[Problem requirements]: Find the line containing "f 151 143 86" in the data below, then output that line and each one after it exactly, with nothing else.

[Input for this task]:

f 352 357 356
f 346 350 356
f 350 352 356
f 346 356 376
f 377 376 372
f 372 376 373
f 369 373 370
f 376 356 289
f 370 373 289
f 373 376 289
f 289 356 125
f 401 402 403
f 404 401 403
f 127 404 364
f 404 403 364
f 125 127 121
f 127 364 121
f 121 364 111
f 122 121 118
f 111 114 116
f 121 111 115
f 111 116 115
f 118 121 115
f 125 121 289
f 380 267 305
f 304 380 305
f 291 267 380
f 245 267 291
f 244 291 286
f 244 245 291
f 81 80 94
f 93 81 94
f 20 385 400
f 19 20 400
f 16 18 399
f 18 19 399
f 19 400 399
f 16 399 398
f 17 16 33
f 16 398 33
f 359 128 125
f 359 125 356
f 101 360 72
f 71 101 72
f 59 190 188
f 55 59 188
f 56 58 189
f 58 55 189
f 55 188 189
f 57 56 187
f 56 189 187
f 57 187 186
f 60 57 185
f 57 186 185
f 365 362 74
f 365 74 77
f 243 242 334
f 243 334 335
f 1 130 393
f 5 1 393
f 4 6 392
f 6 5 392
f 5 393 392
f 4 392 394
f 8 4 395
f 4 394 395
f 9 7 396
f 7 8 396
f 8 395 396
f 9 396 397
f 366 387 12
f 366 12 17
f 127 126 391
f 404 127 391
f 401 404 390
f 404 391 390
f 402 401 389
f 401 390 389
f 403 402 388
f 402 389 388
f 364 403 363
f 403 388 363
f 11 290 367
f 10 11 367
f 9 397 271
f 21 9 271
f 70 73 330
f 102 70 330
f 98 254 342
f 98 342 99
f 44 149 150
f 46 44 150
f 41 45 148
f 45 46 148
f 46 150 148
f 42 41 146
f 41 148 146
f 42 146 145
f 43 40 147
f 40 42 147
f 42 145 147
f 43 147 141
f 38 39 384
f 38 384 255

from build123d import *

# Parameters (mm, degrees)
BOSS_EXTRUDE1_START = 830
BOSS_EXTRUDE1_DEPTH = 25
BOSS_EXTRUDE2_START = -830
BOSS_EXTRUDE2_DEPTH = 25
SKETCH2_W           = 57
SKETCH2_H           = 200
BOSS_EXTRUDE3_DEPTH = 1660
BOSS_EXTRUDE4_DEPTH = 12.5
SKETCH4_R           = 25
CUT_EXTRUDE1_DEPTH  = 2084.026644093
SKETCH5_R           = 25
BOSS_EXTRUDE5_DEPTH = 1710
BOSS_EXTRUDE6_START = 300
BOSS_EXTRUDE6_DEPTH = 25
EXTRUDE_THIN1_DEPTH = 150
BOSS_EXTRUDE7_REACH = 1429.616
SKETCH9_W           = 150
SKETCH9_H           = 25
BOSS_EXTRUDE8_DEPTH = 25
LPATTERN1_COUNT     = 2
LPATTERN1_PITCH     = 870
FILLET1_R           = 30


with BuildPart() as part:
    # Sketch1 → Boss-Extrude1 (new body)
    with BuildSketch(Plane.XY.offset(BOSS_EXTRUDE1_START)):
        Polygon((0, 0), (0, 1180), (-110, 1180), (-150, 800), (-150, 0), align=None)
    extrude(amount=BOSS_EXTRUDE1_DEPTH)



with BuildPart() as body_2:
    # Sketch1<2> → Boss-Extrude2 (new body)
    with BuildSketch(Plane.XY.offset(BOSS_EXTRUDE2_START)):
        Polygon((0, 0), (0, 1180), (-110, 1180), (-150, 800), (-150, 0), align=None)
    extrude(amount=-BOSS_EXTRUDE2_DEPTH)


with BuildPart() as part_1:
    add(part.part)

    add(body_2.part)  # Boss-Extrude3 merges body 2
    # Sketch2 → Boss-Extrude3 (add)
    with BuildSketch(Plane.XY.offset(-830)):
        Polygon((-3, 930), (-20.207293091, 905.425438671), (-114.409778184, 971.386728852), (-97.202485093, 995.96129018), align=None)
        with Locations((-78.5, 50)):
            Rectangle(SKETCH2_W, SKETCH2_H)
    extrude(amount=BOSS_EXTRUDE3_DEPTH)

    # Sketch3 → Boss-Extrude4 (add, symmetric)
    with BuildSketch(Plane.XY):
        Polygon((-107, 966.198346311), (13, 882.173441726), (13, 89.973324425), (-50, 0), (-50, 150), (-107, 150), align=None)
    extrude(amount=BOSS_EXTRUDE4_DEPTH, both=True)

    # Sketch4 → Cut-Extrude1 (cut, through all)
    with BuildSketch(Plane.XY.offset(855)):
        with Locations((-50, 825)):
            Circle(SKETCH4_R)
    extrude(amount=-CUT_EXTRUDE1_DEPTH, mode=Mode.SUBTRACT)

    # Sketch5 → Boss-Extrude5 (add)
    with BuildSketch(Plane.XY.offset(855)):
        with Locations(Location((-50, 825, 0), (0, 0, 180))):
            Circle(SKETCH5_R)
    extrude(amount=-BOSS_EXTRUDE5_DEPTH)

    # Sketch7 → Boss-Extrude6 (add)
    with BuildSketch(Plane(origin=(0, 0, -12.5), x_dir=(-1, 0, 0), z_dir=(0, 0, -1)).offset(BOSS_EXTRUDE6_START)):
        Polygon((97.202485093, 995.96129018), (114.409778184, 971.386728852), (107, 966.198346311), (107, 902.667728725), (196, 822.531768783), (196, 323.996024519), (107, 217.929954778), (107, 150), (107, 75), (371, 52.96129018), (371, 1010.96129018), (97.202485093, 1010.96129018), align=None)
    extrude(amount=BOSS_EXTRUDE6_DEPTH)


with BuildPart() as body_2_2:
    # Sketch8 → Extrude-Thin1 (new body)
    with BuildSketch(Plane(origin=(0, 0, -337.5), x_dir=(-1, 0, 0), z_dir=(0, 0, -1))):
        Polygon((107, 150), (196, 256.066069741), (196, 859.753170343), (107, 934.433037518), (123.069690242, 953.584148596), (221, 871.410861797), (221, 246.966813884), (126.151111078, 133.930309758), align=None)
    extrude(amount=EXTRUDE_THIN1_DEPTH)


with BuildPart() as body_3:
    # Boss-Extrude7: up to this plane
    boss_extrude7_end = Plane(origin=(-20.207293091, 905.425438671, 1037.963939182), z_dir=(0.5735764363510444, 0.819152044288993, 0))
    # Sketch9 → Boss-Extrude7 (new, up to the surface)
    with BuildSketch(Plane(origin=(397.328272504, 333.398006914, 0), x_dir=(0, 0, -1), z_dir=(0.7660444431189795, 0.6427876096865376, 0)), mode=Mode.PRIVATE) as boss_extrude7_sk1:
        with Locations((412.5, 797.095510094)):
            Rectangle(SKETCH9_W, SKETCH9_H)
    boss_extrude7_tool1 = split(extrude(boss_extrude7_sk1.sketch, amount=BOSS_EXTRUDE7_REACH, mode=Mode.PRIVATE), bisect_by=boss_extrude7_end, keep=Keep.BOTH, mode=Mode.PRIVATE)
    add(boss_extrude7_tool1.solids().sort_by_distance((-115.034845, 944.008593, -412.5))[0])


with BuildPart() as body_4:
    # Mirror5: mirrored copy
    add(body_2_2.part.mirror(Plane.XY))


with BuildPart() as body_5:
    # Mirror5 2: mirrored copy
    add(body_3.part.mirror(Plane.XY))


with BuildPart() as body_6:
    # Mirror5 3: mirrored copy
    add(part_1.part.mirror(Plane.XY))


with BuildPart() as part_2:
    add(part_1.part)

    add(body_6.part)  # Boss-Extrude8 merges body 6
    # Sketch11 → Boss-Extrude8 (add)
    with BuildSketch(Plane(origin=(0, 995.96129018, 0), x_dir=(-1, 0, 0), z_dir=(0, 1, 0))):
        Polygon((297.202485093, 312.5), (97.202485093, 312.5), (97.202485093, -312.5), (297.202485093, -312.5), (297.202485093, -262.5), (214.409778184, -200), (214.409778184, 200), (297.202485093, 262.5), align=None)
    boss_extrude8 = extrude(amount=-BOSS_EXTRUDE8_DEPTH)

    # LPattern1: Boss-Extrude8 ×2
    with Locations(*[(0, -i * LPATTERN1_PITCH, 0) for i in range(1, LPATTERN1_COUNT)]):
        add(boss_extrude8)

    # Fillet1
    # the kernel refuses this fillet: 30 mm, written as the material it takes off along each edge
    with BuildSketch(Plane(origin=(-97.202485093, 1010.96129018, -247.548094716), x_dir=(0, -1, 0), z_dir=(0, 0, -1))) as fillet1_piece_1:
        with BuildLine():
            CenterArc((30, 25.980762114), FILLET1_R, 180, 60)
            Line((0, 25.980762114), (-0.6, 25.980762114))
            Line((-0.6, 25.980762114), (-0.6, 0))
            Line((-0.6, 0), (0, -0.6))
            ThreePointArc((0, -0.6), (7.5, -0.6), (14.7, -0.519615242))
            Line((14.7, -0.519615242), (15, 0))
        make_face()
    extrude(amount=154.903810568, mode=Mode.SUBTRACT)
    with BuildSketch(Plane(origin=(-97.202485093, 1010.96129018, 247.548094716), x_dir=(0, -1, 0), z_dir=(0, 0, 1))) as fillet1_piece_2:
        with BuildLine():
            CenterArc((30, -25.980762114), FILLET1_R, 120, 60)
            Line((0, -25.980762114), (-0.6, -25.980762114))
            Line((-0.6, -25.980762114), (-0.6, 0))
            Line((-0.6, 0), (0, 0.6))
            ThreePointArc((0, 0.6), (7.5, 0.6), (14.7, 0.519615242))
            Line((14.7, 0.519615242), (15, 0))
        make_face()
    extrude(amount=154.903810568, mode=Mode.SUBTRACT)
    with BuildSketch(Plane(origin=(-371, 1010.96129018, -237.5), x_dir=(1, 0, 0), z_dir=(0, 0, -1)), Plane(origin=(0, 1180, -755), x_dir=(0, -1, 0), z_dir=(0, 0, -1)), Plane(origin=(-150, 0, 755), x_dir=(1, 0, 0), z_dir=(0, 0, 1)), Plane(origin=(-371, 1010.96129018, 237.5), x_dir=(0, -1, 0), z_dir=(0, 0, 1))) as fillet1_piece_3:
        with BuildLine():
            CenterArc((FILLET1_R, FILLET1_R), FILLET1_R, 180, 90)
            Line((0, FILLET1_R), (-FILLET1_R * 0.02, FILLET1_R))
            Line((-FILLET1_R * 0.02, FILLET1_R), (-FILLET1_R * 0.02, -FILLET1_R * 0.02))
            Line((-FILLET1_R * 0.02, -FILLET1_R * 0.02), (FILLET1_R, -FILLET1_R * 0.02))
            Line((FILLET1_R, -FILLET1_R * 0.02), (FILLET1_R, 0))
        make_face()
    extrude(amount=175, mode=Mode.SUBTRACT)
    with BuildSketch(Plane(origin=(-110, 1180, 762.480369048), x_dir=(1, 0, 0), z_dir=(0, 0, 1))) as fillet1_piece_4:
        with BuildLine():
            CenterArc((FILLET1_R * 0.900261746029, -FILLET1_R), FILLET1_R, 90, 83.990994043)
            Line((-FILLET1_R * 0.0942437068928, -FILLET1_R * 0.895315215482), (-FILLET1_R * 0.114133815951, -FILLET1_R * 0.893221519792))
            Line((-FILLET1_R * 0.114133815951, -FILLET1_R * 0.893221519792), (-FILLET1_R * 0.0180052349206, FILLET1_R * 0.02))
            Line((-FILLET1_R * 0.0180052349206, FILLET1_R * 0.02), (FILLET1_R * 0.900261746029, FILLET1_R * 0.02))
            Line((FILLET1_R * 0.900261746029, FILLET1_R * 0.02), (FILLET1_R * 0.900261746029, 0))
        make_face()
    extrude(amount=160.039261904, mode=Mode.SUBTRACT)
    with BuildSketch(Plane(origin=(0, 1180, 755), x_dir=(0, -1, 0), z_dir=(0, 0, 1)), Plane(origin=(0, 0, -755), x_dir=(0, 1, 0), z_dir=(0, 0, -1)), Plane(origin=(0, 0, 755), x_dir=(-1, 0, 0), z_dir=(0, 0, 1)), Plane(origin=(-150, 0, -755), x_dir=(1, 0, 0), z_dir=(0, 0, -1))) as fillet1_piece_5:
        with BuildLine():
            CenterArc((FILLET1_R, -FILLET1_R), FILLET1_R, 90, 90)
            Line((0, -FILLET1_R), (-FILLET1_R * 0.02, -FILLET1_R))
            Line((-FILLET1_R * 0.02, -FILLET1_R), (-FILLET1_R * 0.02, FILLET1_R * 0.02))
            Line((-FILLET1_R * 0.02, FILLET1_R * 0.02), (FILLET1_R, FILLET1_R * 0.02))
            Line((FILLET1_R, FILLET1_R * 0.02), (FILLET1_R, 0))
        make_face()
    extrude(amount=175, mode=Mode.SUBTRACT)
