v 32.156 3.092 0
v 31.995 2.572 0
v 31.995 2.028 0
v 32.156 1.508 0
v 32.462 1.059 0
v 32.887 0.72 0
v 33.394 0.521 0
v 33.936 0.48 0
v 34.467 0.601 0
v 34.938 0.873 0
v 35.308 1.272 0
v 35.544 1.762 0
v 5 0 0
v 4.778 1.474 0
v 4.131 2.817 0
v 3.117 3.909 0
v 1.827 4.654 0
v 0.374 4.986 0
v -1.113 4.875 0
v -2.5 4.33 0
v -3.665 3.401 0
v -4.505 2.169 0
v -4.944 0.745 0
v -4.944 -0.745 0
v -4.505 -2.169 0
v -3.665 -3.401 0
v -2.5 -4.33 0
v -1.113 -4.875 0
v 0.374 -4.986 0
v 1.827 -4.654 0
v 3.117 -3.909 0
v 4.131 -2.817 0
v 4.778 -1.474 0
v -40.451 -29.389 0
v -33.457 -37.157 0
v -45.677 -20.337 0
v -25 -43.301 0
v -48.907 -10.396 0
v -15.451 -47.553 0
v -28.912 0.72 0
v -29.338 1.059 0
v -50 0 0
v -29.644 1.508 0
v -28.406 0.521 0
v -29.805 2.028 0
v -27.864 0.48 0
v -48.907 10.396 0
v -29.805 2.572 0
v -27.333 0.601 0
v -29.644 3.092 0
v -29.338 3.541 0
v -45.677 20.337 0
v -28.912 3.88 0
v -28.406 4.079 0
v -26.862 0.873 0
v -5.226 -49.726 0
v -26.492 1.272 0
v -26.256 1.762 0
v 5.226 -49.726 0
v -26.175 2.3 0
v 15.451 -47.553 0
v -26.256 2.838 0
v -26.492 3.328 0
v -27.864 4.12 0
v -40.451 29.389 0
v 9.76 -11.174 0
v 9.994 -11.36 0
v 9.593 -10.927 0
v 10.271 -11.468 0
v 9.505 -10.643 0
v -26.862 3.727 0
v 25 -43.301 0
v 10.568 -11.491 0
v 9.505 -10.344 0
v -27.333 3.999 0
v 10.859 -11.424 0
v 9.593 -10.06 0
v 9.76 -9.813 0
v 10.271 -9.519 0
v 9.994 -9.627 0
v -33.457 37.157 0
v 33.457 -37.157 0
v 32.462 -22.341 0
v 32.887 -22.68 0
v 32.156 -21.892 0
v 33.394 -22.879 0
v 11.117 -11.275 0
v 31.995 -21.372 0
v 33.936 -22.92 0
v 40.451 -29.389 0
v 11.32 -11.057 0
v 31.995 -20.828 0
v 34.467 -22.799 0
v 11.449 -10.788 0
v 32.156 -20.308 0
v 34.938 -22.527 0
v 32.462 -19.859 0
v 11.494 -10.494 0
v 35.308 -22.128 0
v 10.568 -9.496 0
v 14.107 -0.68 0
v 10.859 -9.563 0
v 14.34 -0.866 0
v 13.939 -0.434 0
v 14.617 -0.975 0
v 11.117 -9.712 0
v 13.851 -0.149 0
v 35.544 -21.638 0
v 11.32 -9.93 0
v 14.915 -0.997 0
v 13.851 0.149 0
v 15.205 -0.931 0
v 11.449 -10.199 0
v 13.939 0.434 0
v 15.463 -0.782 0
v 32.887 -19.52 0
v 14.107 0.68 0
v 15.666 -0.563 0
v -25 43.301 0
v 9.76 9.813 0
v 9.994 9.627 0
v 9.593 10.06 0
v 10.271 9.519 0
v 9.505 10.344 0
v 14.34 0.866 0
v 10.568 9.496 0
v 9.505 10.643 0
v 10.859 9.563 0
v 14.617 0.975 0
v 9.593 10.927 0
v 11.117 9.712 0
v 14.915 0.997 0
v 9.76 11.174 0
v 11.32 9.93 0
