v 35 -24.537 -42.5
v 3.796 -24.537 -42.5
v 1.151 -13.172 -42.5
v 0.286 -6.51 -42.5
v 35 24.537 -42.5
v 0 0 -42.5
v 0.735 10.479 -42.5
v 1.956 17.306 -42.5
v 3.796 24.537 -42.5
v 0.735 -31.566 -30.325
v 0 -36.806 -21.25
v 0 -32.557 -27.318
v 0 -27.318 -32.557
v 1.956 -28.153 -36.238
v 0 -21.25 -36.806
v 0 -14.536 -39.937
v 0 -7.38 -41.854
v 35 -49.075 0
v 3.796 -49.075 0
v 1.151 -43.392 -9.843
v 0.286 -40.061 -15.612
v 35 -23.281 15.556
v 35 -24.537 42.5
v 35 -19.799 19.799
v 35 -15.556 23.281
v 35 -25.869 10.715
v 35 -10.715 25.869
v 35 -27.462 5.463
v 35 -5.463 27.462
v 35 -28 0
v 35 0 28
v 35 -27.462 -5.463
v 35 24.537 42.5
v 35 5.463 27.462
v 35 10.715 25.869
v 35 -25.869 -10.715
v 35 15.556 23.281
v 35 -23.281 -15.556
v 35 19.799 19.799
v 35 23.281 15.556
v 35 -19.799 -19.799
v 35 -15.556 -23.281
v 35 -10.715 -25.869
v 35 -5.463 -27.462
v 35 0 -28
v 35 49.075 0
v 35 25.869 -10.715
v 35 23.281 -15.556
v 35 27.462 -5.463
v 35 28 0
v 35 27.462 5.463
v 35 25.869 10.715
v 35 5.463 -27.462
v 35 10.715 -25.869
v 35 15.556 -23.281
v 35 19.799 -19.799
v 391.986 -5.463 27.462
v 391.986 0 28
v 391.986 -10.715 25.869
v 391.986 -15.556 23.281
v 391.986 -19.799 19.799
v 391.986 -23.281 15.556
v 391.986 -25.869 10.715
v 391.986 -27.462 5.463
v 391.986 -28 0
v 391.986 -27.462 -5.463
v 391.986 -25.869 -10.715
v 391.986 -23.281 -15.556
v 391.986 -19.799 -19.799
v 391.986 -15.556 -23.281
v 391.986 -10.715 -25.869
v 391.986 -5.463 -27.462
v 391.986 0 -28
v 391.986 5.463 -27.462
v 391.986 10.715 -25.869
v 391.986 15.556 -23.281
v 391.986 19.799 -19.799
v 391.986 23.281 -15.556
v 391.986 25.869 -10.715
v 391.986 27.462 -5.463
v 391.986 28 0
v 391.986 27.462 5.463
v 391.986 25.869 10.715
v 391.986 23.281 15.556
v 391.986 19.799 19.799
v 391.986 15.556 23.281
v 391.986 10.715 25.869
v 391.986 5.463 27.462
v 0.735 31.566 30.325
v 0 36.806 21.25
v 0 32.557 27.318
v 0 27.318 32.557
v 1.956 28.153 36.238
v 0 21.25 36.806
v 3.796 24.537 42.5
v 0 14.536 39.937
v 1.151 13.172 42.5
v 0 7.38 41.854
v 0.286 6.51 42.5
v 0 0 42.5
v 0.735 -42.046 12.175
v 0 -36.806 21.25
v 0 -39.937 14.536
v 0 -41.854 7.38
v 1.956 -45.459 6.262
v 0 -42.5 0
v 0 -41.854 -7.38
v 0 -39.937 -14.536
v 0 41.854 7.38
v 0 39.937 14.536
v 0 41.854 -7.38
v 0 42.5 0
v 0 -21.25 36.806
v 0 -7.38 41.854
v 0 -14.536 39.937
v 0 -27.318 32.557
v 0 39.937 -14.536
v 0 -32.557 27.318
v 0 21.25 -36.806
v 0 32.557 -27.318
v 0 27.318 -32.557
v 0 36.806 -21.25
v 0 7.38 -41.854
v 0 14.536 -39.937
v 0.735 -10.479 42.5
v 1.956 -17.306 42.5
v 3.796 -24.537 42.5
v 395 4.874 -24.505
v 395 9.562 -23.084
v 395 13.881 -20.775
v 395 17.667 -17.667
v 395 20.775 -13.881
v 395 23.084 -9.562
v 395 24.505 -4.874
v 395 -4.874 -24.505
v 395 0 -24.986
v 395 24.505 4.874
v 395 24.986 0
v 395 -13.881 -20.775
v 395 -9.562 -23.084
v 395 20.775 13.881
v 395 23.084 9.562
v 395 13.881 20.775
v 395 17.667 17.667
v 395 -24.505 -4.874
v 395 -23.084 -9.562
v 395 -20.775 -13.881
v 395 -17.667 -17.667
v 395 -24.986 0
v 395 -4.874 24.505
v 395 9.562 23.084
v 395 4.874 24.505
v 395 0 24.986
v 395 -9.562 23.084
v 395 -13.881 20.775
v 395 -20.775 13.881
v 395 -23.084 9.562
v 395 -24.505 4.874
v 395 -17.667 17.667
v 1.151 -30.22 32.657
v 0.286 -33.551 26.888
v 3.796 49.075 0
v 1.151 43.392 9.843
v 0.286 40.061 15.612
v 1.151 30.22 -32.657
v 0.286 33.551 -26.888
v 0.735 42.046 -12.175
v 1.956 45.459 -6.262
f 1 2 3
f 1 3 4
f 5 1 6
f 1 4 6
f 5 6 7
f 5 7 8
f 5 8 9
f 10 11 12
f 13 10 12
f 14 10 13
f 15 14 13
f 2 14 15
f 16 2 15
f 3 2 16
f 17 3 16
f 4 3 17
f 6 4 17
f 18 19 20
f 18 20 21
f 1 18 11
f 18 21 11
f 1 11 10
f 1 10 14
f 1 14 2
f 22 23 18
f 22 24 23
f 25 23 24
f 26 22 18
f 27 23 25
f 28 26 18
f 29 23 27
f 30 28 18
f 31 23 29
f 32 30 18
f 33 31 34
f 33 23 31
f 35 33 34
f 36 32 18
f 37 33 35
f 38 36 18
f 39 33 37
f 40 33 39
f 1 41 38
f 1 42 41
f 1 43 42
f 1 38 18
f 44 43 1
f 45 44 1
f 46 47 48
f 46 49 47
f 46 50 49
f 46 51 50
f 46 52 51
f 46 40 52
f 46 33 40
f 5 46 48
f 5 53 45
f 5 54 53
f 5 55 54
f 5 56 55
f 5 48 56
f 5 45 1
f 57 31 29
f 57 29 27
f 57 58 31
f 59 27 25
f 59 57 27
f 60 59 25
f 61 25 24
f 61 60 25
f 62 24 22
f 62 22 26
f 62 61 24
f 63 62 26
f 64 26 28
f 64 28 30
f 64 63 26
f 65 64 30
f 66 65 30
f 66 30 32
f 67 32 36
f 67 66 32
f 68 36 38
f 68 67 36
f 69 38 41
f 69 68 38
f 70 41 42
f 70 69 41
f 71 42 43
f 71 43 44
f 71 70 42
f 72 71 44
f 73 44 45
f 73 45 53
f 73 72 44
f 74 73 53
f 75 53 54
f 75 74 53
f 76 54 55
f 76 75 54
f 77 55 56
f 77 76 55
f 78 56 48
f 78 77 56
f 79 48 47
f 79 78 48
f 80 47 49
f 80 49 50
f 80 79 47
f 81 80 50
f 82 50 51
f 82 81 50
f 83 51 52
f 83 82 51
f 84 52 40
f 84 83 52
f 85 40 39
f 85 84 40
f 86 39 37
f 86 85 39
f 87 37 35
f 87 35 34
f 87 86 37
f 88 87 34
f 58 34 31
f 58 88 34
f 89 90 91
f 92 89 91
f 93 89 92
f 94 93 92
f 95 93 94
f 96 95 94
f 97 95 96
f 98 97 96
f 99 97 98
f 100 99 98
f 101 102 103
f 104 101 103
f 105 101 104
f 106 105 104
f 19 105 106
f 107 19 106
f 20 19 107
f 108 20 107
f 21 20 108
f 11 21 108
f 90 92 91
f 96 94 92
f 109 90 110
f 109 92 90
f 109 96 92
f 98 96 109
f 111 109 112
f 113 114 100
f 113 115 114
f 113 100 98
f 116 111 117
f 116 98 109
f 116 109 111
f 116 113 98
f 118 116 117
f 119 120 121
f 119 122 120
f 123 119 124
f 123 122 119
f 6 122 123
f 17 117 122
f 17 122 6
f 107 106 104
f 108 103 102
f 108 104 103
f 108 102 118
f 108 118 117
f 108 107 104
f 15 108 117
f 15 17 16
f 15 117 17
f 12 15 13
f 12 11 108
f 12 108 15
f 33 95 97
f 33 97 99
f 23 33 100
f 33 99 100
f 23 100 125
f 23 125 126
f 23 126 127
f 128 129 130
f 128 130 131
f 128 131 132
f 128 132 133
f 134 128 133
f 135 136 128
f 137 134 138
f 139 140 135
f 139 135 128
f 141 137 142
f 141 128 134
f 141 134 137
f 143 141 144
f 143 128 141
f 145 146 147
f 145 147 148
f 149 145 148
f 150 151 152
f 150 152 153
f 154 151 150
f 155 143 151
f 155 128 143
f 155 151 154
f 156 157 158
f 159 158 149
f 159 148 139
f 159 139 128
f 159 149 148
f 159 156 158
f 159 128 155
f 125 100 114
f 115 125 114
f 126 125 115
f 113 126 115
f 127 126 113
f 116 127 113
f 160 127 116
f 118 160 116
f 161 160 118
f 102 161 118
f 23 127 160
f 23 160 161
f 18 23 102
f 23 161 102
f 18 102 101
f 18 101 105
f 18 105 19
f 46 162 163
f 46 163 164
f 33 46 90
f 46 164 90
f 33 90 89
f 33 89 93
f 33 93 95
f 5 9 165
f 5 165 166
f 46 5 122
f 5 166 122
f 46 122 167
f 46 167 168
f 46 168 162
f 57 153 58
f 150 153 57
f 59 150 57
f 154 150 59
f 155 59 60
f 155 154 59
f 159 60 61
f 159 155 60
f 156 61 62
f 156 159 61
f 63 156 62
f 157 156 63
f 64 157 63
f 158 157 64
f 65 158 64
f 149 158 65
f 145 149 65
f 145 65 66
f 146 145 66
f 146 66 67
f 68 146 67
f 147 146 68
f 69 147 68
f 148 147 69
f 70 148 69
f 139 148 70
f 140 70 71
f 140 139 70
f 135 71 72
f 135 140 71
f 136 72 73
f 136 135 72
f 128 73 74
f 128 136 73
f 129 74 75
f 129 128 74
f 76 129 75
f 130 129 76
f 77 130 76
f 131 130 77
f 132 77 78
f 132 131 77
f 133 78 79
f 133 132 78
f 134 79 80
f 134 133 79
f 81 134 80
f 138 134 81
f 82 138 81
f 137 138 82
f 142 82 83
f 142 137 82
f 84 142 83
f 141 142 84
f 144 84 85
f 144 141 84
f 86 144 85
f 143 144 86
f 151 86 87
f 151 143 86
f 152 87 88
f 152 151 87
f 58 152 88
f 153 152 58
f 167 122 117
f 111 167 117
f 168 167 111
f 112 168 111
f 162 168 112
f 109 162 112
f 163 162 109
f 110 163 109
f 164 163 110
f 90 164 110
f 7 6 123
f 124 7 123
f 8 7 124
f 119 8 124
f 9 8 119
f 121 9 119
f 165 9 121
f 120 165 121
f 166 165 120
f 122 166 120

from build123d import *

# Parameters (mm, degrees)
BASEHEAD_DEPTH = 35


with BuildPart() as part:
    # BaseHeadSke → BaseHead (new body)
    with BuildSketch(Plane(origin=(0, 0, 0), x_dir=(0, 0, -1), z_dir=(1, 0, 0))):
        Polygon((0, 49.074772881), (-42.5, 24.537386441), (-42.5, -24.537386441), (0, -49.074772881), (42.5, -24.537386441), (42.5, 24.537386441), align=None)
    extrude(amount=BASEHEAD_DEPTH)

    # HeadChamferSke → HeadChamfer (revolve, cut)
    with BuildSketch(Plane.XY):
        Polygon((0, 49.074772881), (0, 42.5), (3.795946893, 49.074772881), align=None)
    revolve(axis=Axis((0, 0, 0), (1, 0, 0)), mode=Mode.SUBTRACT)

    # BodySke → BaseBody (revolve)
    with BuildSketch(Plane.XY, mode=Mode.PRIVATE) as basebody_sk:
        Polygon((0, 0), (0, 28), (391.9855, 28), (395, 24.9855), (395, 0), align=None)
    revolve(basebody_sk.sketch.rotate(Axis((0, 0, 0), (1, 0, 0)), 90), axis=Axis((0, 0, 0), (1, 0, 0)))


solid = part.part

[Completed exercise]:
f 151 143 86
f 152 87 88
f 152 151 87
f 58 152 88
f 153 152 58
f 167 122 117
f 111 167 117
f 168 167 111
f 112 168 111
f 162 168 112
f 109 162 112
f 163 162 109
f 110 163 109
f 164 163 110
f 90 164 110
f 7 6 123
f 124 7 123
f 8 7 124
f 119 8 124
f 9 8 119
f 121 9 119
f 165 9 121
f 120 165 121
f 166 165 120
f 122 166 120

from build123d import *

# Parameters (mm, degrees)
BASEHEAD_DEPTH = 35


with BuildPart() as part:
    # BaseHeadSke → BaseHead (new body)
    with BuildSketch(Plane(origin=(0, 0, 0), x_dir=(0, 0, -1), z_dir=(1, 0, 0))):
        Polygon((0, 49.074772881), (-42.5, 24.537386441), (-42.5, -24.537386441), (0, -49.074772881), (42.5, -24.537386441), (42.5, 24.537386441), align=None)
    extrude(amount=BASEHEAD_DEPTH)

    # HeadChamferSke → HeadChamfer (revolve, cut)
    with BuildSketch(Plane.XY):
        Polygon((0, 49.074772881), (0, 42.5), (3.795946893, 49.074772881), align=None)
    revolve(axis=Axis((0, 0, 0), (1, 0, 0)), mode=Mode.SUBTRACT)

    # BodySke → BaseBody (revolve)
    with BuildSketch(Plane.XY, mode=Mode.PRIVATE) as basebody_sk:
        Polygon((0, 0), (0, 28), (391.9855, 28), (395, 24.9855), (395, 0), align=None)
    revolve(basebody_sk.sketch.rotate(Axis((0, 0, 0), (1, 0, 0)), 90), axis=Axis((0, 0, 0), (1, 0, 0)))


solid = part.part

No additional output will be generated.